═════ DATA ═════
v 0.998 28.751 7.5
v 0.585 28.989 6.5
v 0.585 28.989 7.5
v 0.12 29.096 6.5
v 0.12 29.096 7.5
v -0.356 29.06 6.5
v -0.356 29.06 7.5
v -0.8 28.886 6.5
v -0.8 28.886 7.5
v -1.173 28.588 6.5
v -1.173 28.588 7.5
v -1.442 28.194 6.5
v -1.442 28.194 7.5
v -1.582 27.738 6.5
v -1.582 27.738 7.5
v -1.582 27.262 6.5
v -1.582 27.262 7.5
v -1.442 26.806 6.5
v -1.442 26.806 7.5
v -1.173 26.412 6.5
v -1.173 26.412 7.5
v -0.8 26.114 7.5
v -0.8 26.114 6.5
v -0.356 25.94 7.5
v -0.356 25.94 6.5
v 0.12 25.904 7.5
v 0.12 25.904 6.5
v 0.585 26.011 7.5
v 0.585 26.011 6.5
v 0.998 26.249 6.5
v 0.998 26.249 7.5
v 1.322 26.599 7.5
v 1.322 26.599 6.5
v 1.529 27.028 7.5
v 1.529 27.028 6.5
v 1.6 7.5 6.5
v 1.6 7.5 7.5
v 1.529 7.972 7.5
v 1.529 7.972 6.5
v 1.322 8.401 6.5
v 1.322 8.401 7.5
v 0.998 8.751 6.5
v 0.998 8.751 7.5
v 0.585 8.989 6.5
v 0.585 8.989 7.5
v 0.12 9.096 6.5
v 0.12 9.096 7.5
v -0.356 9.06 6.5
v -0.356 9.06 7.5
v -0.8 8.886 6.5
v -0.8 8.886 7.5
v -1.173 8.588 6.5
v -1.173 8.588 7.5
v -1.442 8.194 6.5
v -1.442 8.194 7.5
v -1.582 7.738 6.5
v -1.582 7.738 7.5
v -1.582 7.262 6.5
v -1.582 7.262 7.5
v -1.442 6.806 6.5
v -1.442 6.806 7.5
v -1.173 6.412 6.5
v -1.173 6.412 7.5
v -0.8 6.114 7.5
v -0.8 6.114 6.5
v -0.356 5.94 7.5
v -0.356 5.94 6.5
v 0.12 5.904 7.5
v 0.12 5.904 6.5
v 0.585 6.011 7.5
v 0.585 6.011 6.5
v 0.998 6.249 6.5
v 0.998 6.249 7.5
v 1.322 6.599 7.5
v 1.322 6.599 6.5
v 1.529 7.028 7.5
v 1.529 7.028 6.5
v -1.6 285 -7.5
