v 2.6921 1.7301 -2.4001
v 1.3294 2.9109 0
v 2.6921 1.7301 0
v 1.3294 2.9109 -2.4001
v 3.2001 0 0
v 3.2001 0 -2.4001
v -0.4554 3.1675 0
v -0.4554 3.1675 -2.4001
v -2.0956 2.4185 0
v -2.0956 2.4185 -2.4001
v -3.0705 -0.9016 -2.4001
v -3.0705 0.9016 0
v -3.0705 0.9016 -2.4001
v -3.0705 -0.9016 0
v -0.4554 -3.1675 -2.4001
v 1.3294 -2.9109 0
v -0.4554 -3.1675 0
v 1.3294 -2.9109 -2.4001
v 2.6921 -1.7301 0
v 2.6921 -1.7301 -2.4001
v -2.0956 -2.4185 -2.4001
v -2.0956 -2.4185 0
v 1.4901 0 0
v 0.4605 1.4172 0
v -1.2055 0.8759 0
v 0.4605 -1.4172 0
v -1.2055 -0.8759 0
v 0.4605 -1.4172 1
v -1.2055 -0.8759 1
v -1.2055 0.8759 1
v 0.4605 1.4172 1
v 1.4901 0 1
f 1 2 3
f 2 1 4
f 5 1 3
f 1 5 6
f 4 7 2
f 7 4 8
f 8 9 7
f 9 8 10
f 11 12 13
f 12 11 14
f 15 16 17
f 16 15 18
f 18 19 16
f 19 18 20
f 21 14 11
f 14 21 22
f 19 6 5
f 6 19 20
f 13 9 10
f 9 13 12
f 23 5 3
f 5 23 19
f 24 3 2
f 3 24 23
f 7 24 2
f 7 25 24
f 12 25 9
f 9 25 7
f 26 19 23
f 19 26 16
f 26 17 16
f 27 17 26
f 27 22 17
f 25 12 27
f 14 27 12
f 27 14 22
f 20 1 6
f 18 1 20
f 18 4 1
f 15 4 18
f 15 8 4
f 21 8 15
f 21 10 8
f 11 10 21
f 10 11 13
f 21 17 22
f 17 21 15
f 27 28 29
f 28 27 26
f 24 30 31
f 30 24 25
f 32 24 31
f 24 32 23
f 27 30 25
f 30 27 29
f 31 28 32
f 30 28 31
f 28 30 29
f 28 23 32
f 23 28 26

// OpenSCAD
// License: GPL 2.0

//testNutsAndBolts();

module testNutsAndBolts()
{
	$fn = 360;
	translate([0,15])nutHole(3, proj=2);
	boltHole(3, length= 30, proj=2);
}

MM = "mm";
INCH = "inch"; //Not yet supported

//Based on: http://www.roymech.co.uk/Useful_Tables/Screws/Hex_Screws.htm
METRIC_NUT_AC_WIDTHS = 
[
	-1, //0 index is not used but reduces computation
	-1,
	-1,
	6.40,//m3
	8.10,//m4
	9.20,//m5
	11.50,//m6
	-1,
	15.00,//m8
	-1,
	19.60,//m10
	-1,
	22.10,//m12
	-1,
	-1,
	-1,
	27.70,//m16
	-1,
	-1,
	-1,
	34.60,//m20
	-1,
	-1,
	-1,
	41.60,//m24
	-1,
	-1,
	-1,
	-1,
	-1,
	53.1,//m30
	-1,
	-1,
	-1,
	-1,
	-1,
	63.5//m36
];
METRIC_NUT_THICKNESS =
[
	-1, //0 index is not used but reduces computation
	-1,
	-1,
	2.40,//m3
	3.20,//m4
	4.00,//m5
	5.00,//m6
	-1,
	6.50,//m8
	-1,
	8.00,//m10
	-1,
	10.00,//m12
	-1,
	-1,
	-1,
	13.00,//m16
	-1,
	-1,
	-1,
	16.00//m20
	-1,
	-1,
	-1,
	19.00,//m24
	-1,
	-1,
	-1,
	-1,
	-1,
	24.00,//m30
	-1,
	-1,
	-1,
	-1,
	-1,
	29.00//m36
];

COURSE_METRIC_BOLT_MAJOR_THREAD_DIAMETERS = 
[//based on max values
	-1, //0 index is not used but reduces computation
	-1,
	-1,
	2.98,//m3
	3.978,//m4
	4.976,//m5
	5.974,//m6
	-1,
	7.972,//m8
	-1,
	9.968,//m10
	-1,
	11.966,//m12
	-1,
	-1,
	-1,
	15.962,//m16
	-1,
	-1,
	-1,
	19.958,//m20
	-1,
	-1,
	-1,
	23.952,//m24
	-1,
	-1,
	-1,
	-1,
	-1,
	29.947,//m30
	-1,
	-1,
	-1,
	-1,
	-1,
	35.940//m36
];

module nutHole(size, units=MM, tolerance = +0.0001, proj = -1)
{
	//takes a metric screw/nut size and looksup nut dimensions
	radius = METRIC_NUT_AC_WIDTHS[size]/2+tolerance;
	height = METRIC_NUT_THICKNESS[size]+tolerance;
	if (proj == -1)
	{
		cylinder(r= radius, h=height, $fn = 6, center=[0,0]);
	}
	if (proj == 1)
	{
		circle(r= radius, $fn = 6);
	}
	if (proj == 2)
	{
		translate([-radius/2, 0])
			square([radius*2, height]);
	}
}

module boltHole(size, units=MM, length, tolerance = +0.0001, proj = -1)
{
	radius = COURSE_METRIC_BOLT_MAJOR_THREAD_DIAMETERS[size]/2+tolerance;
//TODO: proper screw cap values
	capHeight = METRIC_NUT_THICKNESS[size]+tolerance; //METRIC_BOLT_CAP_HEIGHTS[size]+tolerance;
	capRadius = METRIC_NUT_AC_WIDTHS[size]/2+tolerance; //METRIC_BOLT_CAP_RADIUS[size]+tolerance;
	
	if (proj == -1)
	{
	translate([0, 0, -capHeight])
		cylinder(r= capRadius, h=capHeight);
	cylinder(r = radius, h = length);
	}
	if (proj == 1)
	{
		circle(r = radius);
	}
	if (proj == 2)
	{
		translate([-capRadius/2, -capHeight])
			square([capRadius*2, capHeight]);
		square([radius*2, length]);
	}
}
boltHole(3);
═════
WHAT TO DO:
Repeat the data word for word, starting at its first line and stopping after the line that contains "v -1.173 6.412 7.5".

ANSWER SPACE:
v 0.998 28.751 7.5
v 0.585 28.989 6.5
v 0.585 28.989 7.5
v 0.12 29.096 6.5
v 0.12 29.096 7.5
v -0.356 29.06 6.5
v -0.356 29.06 7.5
v -0.8 28.886 6.5
v -0.8 28.886 7.5
v -1.173 28.588 6.5
v -1.173 28.588 7.5
v -1.442 28.194 6.5
v -1.442 28.194 7.5
v -1.582 27.738 6.5
v -1.582 27.738 7.5
v -1.582 27.262 6.5
v -1.582 27.262 7.5
v -1.442 26.806 6.5
v -1.442 26.806 7.5
v -1.173 26.412 6.5
v -1.173 26.412 7.5
v -0.8 26.114 7.5
v -0.8 26.114 6.5
v -0.356 25.94 7.5
v -0.356 25.94 6.5
v 0.12 25.904 7.5
v 0.12 25.904 6.5
v 0.585 26.011 7.5
v 0.585 26.011 6.5
v 0.998 26.249 6.5
v 0.998 26.249 7.5
v 1.322 26.599 7.5
v 1.322 26.599 6.5
v 1.529 27.028 7.5
v 1.529 27.028 6.5
v 1.6 7.5 6.5
v 1.6 7.5 7.5
v 1.529 7.972 7.5
v 1.529 7.972 6.5
v 1.322 8.401 6.5
v 1.322 8.401 7.5
v 0.998 8.751 6.5
v 0.998 8.751 7.5
v 0.585 8.989 6.5
v 0.585 8.989 7.5
v 0.12 9.096 6.5
v 0.12 9.096 7.5
v -0.356 9.06 6.5
v -0.356 9.06 7.5
v -0.8 8.886 6.5
v -0.8 8.886 7.5
v -1.173 8.588 6.5
v -1.173 8.588 7.5
v -1.442 8.194 6.5
v -1.442 8.194 7.5
v -1.582 7.738 6.5
v -1.582 7.738 7.5
v -1.582 7.262 6.5
v -1.582 7.262 7.5
v -1.442 6.806 6.5
v -1.442 6.806 7.5
v -1.173 6.412 6.5
v -1.173 6.412 7.5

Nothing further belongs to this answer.